Sue arrived at the meeting early but almost bolted before she entered the room. Someone called out her name, and now she couldn’t make a fast exit. It was April, the friend she always sat with during the meetings. There was no turning back. Sue picked up her name tag, pinned it on her sweater, and then she and April found a seat. They caught up on family news.
“So what have you been working on lately?” Sue inquired.
“Not too much. We’ve been busy remolding our house, along with watching the grandkids.”
Sue envied her. April’s ancestors came to America on the Mayflower, but mine didn’t arrive until the early 1920’s.
“How about you? Any recent discoveries?”
“I’ve been …”
The president of the local genealogical society stood at the podium and began to speak. Those milling around, quickly found seats. You could hear a pin drop. What did she say? It might be quiet in the room, except for the president speaking, but a war waged in Sue’s mind. It appeared that bees had found an open passage and were buzzing throughout her stomach. What did she say about the next meeting? Who would speak next month? Sue attempted to breathe deeply without making it obvious. One leg began to shake. She hoped it wasn’t noticeable to those around her. She said a prayer and asked the Lord to help calm her spirit. Many times, Sue had heard Joyce Meyer say to “do it afraid.” She attempted to act on the advice. How did she get herself into this?
A few months ago, Debbie asked if Sue would share a personal genealogical story. She surprised herself and said yes. What was she thinking? Striking her head, she wondered what had she done? She knew public speaking wasn’t her forte. She avoided it like the H1N1. Maybe there was a cancel clause. She couldn’t renege. What would people think? They would call her a coward. She couldn’t back-out. She said yes. She needed to be dependable and keep her word. What if her family, who lives two-thousand miles away, visited - unexpectedly? Sorry Debbie, no can do. Family unexpectedly dropped by. Probably not.
A voice brought Sue back to the present. There she was. Debbie. The culprit who had cornered Sue and asked her to speak. Imaginary daggers were thrown her way.
“April, I’m a bit nervous,” Sue admitted.
“You’ll do just fine,” April said, as she patted Sue’s arm.
Debbie stood at the podium and announced, “Next, Sue will share a personal story.”
Sue shook her head. Yikes! It’s show time. With a quite prayer, she grabbed her notes and walked toward the podium. She hugged the podium like Linus, clinging to his blanket. She scanned the crowd, smiled, and began.

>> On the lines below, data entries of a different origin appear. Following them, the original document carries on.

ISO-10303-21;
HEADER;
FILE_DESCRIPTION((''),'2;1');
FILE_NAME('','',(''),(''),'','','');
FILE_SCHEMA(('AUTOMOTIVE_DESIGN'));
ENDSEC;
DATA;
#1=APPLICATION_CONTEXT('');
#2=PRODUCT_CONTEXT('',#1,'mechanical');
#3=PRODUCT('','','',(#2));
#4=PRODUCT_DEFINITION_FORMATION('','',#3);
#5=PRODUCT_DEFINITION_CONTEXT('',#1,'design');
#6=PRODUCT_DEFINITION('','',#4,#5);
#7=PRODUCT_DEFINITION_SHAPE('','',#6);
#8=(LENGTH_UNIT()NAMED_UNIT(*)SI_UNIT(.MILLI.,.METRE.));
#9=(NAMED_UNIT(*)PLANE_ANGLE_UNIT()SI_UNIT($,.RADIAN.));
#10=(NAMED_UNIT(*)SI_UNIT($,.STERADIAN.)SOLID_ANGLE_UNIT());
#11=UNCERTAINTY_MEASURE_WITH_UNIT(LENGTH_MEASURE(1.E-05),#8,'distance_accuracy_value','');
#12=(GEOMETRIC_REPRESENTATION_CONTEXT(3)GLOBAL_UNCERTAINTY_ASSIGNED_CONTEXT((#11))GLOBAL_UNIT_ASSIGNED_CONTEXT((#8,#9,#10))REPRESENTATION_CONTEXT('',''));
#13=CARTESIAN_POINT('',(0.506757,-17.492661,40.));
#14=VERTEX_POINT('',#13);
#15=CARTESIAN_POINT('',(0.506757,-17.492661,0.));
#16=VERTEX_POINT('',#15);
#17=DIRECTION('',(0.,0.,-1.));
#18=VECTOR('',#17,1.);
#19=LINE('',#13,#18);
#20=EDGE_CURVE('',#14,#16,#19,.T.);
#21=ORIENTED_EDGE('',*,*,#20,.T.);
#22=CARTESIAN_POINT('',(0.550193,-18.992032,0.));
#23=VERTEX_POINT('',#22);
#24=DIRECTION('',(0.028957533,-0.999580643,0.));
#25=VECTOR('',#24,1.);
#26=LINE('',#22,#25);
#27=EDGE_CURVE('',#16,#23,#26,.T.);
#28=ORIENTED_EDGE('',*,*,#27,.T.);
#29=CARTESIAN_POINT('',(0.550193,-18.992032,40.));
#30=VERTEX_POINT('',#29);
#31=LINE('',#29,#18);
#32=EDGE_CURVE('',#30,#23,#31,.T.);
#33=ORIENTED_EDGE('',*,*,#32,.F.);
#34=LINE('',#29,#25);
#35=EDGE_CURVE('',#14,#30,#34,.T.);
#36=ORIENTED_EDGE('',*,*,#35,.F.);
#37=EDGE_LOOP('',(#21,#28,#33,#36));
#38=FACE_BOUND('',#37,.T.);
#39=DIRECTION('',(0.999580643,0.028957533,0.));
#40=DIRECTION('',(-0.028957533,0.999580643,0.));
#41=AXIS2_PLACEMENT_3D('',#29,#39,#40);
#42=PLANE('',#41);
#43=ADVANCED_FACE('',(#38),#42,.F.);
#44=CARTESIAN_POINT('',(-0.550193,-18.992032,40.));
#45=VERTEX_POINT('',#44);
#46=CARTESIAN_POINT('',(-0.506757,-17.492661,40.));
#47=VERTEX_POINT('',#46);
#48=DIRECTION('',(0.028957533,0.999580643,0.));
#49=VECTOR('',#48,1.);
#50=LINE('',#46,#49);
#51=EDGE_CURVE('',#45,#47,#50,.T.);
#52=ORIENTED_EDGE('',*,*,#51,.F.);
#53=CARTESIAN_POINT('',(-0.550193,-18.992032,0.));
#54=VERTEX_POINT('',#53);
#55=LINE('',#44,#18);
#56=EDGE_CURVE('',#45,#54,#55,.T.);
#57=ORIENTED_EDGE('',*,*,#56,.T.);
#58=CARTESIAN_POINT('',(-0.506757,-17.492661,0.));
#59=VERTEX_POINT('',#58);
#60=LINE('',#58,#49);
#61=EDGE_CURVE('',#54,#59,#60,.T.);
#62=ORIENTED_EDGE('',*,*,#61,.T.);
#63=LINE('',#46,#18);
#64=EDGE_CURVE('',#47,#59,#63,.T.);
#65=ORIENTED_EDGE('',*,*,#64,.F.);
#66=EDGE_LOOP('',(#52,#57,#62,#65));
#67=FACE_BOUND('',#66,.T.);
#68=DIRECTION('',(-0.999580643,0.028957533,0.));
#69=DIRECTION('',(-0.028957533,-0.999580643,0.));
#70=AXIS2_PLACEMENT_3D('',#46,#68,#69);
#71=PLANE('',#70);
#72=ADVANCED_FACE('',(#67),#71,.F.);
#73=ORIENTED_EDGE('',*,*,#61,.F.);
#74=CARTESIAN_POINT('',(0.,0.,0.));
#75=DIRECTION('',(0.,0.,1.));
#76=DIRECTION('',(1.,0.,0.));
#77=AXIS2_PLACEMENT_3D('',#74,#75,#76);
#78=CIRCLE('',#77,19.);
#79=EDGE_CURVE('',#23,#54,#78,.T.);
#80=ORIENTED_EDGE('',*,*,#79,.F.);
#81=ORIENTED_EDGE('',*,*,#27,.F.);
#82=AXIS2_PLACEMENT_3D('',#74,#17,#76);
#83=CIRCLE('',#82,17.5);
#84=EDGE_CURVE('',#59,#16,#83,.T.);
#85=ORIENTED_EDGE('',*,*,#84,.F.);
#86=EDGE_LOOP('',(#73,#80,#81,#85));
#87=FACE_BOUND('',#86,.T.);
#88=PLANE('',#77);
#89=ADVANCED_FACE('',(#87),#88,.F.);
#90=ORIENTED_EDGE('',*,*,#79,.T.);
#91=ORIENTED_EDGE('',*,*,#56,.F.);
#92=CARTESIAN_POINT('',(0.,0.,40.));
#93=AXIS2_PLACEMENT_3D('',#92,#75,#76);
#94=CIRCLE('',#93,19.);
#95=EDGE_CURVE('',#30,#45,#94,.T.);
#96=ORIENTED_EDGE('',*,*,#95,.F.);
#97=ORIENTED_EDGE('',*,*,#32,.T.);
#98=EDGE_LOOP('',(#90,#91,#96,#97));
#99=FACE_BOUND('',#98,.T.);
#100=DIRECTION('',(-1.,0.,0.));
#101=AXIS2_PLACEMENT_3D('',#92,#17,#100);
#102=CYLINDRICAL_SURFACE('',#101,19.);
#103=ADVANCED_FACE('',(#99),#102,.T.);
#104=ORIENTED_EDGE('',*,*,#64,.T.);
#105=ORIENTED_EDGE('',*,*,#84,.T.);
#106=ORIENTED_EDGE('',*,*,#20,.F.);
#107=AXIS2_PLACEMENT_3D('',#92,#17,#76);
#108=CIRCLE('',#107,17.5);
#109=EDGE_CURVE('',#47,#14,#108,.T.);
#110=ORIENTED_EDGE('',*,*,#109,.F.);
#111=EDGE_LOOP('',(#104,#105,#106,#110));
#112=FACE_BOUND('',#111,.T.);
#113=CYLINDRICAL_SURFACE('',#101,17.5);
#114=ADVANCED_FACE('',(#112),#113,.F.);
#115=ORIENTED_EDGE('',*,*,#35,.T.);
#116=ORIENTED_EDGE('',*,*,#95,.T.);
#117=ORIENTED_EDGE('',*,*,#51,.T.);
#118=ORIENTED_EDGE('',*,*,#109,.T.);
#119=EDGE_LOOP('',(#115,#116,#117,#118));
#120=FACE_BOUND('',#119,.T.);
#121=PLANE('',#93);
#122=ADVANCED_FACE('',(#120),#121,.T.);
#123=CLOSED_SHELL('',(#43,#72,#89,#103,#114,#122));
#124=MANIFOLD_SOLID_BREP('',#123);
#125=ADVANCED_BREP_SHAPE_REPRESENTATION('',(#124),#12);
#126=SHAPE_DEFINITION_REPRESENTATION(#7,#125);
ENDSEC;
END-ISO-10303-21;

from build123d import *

# Parameters (mm, degrees)
BOSS_EXTRUDE1_DEPTH = 40


with BuildPart() as part:
    # Sketch1 → Boss-Extrude1 (new body)
    with BuildSketch(Plane.XY):
        with BuildLine():
            Line((-0.506756832, -17.492661247), (-0.550193132, -18.992032211))
            ThreePointArc((-0.550193132, -18.992032211), (0, 19), (0.550193132, -18.992032211))
            Line((0.550193132, -18.992032211), (0.506756832, -17.492661247))
            ThreePointArc((0.506756832, -17.492661247), (0, 17.5), (-0.506756832, -17.492661247))
        make_face()
    extrude(amount=BOSS_EXTRUDE1_DEPTH)


solid = part.part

She shared the journey of searching for her father’s birth family. The search began without a name - well only the first letter of the last name. How could one find a family with so little to go on? The journey was engrained in her soul. She continued without another glance at her notes. The group laughed when she shared about waiting for a month to hear from the adoption agency representative, only to find out the person helping her had retired. At one point, Sue asked if she was talking too long. The group smiled. That’s all the encouragement she needed to continue. Sue concluded that it took four-years to search and find her father’s birth family. Her premise: nothing is impossible.
Sue was energized from her speech. Debbie, remember her? The speaker coordinator? She approached Sue afterwards and thanked her for speaking. Believe it or not, Sue thanked her for being asked to speak. She was grateful to God for His help and strength. But you won’t see Sue back at the podium any time soon; she’s planning an extended vacation from speaking engagements.